ACTIVITY:
Scan the records beneath this line for the line holding "#401=AXIS2_PLACEMENT_3D('',#52,#33,#34);" and the line holding "#416=ORIENTED_EDGE('',*,*,#133,.T.);", then transcribe exactly those two and all lines between.

Dataset entries
● ● ● ● ● ● ●

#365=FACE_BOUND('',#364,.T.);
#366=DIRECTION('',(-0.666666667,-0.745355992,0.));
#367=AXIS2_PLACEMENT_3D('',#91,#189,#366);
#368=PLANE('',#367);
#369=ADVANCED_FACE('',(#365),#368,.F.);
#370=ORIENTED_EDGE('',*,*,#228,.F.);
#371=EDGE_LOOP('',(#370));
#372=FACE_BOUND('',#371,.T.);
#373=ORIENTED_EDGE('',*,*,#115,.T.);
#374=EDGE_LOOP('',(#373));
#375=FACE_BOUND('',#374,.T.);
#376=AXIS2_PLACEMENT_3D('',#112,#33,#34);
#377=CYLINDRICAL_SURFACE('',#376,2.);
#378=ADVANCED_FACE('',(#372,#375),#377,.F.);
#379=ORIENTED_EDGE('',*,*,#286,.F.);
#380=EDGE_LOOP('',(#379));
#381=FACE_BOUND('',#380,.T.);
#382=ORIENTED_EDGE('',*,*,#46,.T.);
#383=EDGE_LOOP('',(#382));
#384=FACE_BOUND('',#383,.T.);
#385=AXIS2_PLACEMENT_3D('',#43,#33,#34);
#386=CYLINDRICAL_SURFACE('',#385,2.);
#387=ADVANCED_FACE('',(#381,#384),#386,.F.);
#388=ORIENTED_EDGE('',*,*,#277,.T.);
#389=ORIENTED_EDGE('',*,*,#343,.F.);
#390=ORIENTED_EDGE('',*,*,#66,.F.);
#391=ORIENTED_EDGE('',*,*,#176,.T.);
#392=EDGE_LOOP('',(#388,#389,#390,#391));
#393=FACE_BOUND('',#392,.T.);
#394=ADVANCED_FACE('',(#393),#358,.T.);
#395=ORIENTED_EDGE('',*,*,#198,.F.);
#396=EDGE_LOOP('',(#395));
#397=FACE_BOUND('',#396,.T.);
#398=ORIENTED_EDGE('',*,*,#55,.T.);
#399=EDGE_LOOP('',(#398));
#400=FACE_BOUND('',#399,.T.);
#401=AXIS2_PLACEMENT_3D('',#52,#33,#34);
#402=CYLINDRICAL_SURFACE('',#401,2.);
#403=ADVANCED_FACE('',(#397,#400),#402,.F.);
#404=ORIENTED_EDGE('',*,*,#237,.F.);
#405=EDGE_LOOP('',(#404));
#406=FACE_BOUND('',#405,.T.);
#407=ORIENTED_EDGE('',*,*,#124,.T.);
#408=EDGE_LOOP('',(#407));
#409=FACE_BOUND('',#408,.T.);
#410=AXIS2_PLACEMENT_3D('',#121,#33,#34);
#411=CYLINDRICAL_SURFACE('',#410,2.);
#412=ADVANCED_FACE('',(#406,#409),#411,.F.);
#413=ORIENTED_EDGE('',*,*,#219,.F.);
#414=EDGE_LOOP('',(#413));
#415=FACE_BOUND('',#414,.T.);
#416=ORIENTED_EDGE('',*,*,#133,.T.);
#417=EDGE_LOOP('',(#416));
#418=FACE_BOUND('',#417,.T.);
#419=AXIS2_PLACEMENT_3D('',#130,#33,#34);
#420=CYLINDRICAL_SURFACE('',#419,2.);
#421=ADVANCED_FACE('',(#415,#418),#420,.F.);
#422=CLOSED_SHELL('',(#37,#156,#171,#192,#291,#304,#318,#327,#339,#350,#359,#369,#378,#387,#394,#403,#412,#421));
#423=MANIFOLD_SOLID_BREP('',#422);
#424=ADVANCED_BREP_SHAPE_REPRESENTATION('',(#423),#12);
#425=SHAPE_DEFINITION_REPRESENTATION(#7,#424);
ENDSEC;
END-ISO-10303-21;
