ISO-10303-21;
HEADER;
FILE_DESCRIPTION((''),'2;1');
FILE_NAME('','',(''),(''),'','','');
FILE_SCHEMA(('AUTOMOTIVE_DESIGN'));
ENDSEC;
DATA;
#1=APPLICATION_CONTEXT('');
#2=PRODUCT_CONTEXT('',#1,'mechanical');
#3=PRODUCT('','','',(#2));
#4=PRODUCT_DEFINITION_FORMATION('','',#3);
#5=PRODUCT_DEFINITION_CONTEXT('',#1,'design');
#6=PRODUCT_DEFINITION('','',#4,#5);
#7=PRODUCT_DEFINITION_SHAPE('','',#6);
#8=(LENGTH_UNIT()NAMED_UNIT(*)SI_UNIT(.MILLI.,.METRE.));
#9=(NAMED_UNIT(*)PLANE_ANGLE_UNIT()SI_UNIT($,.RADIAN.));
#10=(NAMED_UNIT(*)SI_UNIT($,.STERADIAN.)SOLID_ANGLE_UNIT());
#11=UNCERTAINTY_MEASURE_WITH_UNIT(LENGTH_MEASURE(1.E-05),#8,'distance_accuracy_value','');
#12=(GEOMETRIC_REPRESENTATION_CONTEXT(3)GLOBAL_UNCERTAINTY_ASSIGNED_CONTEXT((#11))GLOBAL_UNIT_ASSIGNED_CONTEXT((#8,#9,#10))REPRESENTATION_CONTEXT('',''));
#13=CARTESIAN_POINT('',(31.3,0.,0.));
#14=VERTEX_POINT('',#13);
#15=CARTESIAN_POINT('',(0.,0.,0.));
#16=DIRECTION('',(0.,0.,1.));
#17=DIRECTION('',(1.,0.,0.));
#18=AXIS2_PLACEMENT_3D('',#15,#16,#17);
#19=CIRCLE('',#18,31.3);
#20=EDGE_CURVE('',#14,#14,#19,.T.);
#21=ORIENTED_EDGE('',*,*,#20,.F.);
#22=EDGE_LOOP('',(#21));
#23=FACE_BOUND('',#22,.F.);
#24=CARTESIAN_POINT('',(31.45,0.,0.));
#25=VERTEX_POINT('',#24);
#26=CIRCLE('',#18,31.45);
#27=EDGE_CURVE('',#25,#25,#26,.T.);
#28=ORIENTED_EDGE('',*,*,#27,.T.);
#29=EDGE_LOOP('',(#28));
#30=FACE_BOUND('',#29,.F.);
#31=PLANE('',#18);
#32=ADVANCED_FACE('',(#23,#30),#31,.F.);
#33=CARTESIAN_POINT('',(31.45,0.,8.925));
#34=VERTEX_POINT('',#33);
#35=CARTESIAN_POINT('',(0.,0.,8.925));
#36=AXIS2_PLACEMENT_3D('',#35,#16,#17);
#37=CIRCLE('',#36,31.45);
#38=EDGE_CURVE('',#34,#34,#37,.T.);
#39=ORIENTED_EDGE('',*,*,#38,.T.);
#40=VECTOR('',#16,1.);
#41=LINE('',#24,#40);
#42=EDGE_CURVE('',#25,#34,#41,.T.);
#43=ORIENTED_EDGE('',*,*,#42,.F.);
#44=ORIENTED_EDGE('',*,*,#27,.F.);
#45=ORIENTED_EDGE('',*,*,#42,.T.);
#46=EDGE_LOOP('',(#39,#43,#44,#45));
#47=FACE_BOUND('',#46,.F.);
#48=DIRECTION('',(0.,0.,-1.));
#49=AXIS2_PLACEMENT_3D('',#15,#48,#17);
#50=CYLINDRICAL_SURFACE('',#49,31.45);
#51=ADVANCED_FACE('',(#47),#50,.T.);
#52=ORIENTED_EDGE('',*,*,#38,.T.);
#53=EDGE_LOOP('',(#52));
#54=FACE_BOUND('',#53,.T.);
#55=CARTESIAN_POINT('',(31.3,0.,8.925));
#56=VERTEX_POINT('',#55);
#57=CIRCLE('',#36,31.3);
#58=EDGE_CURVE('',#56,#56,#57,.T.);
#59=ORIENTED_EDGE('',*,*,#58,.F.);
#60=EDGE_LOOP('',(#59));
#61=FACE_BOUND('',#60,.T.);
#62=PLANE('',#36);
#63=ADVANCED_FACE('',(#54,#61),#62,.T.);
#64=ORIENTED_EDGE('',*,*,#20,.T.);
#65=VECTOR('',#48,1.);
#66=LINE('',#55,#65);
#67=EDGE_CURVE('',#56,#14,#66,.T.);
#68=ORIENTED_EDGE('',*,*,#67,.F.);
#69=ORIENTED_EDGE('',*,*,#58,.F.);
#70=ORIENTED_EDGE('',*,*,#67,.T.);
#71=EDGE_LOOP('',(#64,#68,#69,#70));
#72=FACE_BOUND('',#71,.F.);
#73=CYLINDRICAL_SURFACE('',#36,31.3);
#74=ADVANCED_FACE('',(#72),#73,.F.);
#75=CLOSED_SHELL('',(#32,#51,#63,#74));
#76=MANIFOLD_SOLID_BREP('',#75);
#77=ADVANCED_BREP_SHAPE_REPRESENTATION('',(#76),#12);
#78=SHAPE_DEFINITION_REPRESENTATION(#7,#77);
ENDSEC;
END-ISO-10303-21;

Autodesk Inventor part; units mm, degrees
ref_plane "YZ Plane" through (0, 0, 0) normal (1, 0, 0) x (0, 1, 0)
ref_plane "XZ Plane" through (0, 0, 0) normal (0, 1, 0) x (-1, 0, 0)
ref_plane "XY Plane" through (0, 0, 0) normal (0, 0, 1) x (1, 0, 0)
sketch "Sketch1" plane through (0, 0, 0) normal (0, 0, 1) x (1, 0, 0)
  circle A0 centre (0, 0) radius 31.45
  dimension "d0" = 62.9
extrude "Extrusion1" add sketch "Sketch1" along normal blind 8.925
sketch "Sketch2" plane through (0, 0, 8.925) normal (0, 0, 1) x (1, 0, 0)
  circle A0 centre (0, 0) radius 31.3
  dimension "d3" = 62.6
extrude "Extrusion2" cut sketch "Sketch2" against normal through all
properties part number "BNG_REV_00_6"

● ● ● ● ● ● ●

EXERCISE RESULT:
#401=AXIS2_PLACEMENT_3D('',#52,#33,#34);
#402=CYLINDRICAL_SURFACE('',#401,2.);
#403=ADVANCED_FACE('',(#397,#400),#402,.F.);
#404=ORIENTED_EDGE('',*,*,#237,.F.);
#405=EDGE_LOOP('',(#404));
#406=FACE_BOUND('',#405,.T.);
#407=ORIENTED_EDGE('',*,*,#124,.T.);
#408=EDGE_LOOP('',(#407));
#409=FACE_BOUND('',#408,.T.);
#410=AXIS2_PLACEMENT_3D('',#121,#33,#34);
#411=CYLINDRICAL_SURFACE('',#410,2.);
#412=ADVANCED_FACE('',(#406,#409),#411,.F.);
#413=ORIENTED_EDGE('',*,*,#219,.F.);
#414=EDGE_LOOP('',(#413));
#415=FACE_BOUND('',#414,.T.);
#416=ORIENTED_EDGE('',*,*,#133,.T.);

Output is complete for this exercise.